Exercise goal:
Write out the following listing's lines from the one with "face PLANE(AX(P(0,19.1,0),D(1,0,0),D(0,-1,0))) rev" to the one with "v15 (16.55,9.55,11)", exactly, with both included and no others.

Dataset extract:
────────

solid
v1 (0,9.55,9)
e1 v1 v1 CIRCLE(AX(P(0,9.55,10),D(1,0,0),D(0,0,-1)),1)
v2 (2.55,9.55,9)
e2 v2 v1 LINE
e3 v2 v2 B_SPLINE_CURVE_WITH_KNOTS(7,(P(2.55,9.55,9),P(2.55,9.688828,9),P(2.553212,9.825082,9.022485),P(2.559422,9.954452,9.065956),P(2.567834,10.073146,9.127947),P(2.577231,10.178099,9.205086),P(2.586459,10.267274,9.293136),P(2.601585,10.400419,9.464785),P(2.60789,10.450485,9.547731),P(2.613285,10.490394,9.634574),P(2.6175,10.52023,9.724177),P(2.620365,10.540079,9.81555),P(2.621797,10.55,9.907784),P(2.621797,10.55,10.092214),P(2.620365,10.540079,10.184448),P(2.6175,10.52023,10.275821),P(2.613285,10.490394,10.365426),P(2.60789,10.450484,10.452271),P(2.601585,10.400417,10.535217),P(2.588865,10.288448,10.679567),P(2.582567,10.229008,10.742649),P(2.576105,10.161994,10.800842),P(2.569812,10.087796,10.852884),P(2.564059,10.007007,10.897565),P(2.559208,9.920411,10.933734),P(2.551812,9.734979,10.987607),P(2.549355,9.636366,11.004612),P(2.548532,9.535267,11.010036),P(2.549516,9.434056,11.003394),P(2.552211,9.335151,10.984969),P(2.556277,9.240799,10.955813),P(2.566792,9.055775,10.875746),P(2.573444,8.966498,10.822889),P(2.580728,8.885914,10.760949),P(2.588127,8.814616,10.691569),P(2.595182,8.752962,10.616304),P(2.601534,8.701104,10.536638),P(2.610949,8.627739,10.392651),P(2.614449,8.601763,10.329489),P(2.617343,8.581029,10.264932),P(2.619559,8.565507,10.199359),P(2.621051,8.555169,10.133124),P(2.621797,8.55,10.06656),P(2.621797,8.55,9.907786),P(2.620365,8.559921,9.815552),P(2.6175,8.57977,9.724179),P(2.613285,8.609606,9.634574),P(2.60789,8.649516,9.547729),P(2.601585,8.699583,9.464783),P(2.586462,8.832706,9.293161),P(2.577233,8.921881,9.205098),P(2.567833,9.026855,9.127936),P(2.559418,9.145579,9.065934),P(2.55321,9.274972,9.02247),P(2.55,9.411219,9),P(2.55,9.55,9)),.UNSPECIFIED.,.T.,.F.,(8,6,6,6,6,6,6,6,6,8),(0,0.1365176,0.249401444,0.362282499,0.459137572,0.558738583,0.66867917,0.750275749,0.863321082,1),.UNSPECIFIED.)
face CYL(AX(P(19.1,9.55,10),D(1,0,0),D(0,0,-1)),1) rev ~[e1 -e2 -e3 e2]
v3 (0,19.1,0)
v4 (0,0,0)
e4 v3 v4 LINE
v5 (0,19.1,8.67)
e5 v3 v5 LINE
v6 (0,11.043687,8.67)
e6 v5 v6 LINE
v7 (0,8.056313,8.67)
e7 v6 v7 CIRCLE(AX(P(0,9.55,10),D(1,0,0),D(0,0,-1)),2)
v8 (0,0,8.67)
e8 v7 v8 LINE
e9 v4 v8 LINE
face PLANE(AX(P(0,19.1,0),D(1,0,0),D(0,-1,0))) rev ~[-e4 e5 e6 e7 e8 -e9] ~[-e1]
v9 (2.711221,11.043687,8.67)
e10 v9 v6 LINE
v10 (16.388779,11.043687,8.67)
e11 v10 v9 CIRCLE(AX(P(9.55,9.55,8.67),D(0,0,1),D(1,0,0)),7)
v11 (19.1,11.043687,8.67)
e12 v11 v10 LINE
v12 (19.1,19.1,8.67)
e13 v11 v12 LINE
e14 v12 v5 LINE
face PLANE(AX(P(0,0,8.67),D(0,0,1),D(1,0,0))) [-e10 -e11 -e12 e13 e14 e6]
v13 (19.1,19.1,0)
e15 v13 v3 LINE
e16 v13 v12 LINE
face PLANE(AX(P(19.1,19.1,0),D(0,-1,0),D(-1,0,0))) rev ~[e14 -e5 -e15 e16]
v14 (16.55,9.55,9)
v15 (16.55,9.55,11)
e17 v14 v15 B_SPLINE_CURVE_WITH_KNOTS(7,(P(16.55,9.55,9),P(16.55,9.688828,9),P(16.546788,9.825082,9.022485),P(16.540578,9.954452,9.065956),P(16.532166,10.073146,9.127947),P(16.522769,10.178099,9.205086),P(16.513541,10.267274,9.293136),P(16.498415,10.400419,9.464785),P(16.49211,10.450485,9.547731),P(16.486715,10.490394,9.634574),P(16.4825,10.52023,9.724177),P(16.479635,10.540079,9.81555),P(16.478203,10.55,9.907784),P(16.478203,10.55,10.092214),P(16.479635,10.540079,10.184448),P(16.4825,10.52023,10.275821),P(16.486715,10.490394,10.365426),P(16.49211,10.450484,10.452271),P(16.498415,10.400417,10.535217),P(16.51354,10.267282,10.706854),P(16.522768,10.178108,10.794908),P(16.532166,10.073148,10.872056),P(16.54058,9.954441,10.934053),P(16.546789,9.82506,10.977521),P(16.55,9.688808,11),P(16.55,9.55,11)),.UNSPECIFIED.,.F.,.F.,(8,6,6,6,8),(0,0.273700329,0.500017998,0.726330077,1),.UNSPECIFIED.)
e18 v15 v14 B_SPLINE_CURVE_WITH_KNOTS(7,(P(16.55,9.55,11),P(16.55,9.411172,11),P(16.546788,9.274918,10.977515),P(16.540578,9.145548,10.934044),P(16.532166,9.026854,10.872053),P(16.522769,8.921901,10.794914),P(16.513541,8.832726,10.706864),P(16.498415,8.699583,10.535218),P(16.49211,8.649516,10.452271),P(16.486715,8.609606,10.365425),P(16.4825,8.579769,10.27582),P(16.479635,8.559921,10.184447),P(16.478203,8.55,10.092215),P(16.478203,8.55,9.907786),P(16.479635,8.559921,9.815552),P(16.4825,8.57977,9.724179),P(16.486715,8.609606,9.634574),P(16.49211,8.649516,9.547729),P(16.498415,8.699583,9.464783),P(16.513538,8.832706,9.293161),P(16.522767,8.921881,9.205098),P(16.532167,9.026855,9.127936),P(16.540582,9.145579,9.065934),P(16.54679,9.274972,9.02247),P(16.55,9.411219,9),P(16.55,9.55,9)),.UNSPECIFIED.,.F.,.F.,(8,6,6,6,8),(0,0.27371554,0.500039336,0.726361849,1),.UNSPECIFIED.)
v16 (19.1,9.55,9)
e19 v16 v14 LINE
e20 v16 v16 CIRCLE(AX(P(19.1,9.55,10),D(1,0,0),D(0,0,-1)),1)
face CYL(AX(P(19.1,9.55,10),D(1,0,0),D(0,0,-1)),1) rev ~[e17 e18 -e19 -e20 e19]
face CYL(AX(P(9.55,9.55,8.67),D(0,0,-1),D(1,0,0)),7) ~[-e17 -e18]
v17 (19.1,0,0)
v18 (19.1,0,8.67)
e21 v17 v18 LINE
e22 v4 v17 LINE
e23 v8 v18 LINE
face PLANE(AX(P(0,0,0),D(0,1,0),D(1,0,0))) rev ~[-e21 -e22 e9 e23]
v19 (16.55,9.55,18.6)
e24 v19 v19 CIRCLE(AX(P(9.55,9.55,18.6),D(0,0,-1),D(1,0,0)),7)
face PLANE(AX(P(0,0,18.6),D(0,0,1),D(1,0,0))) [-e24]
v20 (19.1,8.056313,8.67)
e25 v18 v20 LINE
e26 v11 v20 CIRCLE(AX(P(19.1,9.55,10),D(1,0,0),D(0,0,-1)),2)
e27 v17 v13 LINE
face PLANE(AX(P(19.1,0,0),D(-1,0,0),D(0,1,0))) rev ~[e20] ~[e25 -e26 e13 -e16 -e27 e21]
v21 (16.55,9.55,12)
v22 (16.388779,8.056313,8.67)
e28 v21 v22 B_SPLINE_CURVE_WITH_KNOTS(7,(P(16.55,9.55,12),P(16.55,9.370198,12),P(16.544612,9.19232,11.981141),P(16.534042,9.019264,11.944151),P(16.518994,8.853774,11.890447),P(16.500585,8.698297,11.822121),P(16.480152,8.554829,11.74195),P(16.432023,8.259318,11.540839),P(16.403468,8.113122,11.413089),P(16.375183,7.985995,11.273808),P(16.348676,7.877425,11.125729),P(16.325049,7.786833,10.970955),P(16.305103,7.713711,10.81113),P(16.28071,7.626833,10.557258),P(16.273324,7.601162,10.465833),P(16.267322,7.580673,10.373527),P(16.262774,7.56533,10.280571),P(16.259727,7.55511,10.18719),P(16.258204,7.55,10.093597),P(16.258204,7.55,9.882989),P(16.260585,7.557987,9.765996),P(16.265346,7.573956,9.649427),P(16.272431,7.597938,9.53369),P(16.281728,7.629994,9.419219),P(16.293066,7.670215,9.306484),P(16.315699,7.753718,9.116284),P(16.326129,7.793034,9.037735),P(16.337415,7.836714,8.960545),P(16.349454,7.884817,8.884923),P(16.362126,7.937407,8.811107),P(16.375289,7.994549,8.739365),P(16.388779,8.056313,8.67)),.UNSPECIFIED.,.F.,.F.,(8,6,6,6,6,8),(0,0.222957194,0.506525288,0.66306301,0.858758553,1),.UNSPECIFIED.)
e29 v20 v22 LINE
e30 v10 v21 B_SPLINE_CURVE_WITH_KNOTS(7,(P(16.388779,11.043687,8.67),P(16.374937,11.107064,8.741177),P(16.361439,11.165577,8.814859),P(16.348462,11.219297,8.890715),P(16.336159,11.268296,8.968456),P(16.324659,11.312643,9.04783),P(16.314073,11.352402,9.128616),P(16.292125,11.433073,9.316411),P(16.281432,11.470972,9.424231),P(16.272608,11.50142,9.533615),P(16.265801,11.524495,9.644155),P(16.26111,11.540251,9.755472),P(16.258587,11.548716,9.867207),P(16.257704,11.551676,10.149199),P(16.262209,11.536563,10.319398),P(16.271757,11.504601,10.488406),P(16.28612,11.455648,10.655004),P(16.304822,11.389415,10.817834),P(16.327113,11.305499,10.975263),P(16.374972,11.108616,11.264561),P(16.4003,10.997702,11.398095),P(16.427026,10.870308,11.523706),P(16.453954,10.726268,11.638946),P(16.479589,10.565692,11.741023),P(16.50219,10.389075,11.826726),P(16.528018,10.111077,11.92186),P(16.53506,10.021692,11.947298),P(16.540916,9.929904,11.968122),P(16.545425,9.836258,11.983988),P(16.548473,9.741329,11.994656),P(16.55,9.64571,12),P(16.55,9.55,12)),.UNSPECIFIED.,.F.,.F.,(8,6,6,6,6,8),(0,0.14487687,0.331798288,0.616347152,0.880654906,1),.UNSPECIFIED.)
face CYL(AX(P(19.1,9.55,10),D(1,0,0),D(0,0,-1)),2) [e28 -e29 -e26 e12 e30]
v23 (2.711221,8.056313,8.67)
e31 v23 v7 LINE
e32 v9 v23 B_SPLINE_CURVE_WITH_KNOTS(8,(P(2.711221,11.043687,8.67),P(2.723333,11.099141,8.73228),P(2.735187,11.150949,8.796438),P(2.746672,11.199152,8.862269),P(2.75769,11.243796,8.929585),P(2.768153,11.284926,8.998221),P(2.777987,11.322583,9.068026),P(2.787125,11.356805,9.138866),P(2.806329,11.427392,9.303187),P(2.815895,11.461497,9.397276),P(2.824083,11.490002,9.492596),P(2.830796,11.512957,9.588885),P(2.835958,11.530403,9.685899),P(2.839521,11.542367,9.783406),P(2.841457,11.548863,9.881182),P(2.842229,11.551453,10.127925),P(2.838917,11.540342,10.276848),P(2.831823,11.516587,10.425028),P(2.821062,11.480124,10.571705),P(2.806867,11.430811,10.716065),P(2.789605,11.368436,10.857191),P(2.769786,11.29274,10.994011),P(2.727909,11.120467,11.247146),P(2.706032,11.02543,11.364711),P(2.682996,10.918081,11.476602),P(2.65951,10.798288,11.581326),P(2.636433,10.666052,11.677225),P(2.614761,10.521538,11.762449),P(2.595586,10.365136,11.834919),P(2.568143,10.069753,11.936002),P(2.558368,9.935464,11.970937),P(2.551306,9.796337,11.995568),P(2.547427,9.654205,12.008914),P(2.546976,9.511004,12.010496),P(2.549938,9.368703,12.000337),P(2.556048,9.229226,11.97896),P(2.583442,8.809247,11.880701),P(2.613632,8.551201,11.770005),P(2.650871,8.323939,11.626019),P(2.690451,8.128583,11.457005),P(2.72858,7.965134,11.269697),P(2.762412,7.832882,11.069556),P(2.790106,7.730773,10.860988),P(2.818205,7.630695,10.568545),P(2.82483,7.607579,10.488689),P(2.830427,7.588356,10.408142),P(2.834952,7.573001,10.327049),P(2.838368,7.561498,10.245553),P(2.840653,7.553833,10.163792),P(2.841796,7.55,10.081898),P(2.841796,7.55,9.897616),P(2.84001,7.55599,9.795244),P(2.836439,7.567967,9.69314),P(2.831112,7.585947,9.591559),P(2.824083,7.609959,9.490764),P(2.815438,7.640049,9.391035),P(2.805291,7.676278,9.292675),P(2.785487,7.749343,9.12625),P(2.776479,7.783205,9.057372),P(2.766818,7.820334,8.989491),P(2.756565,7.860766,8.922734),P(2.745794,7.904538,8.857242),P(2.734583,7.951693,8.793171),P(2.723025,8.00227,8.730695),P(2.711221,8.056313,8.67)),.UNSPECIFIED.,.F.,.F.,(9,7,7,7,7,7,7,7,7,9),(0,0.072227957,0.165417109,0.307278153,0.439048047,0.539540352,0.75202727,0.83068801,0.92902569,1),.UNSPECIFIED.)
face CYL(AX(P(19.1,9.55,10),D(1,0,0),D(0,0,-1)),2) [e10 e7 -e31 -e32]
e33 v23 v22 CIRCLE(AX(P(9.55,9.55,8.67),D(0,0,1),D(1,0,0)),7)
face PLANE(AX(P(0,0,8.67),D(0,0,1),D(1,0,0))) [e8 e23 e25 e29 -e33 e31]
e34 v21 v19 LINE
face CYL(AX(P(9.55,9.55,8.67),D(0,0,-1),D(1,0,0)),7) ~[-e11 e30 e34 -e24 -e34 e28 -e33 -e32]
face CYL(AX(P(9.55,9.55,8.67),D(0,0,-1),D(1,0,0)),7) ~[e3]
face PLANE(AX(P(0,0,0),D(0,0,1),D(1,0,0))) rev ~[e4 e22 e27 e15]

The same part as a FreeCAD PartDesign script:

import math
import FreeCAD as App
import Part
import Sketcher
from FreeCAD import Vector


def add_polygon(sketch, points):
    """Adds a closed chain of lines whose ends are joined by coincident constraints."""
    first, n = sketch.GeometryCount, len(points)
    for a, b in zip(points, points[1:] + points[:1]):
        sketch.addGeometry(Part.LineSegment(App.Vector(*a, 0), App.Vector(*b, 0)), False)
    for i in range(n):
        sketch.addConstraint(Sketcher.Constraint("Coincident", first + i, 2, first + (i + 1) % n, 1))

doc = App.newDocument("Part")
body = doc.addObject("PartDesign::Body", "Body")

# Sketch on XY plane
sketch1 = doc.addObject("Sketcher::SketchObject", "Sketch")
body.addObject(sketch1)
sketch1.AttachmentSupport = (doc.XY_Plane, [""])
sketch1.MapMode = "FlatFace"
add_polygon(sketch1, [(0, 19.1), (0, 0), (19.1, 0), (19.1, 19.1)])  # lines 0-3
sketch1.addConstraint([
    Sketcher.Constraint("Vertical", 0),
    Sketcher.Constraint("Horizontal", 1),
    Sketcher.Constraint("Vertical", 2),
    Sketcher.Constraint("Horizontal", 3),
    Sketcher.Constraint("Coincident", 0, 2, -1, 1),
    Sketcher.Constraint("Equal", 3, 0),
    Sketcher.Constraint("DistanceX", 1, 1, 1, 2, 19.1),
])
pad1 = doc.addObject("PartDesign::Pad", "Pad")
body.addObject(pad1)
pad1.Profile = sketch1
pad1.Length = 8.67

────────

Answer:
face PLANE(AX(P(0,19.1,0),D(1,0,0),D(0,-1,0))) rev ~[-e4 e5 e6 e7 e8 -e9] ~[-e1]
v9 (2.711221,11.043687,8.67)
e10 v9 v6 LINE
v10 (16.388779,11.043687,8.67)
e11 v10 v9 CIRCLE(AX(P(9.55,9.55,8.67),D(0,0,1),D(1,0,0)),7)
v11 (19.1,11.043687,8.67)
e12 v11 v10 LINE
v12 (19.1,19.1,8.67)
e13 v11 v12 LINE
e14 v12 v5 LINE
face PLANE(AX(P(0,0,8.67),D(0,0,1),D(1,0,0))) [-e10 -e11 -e12 e13 e14 e6]
v13 (19.1,19.1,0)
e15 v13 v3 LINE
e16 v13 v12 LINE
face PLANE(AX(P(19.1,19.1,0),D(0,-1,0),D(-1,0,0))) rev ~[e14 -e5 -e15 e16]
v14 (16.55,9.55,9)
v15 (16.55,9.55,11)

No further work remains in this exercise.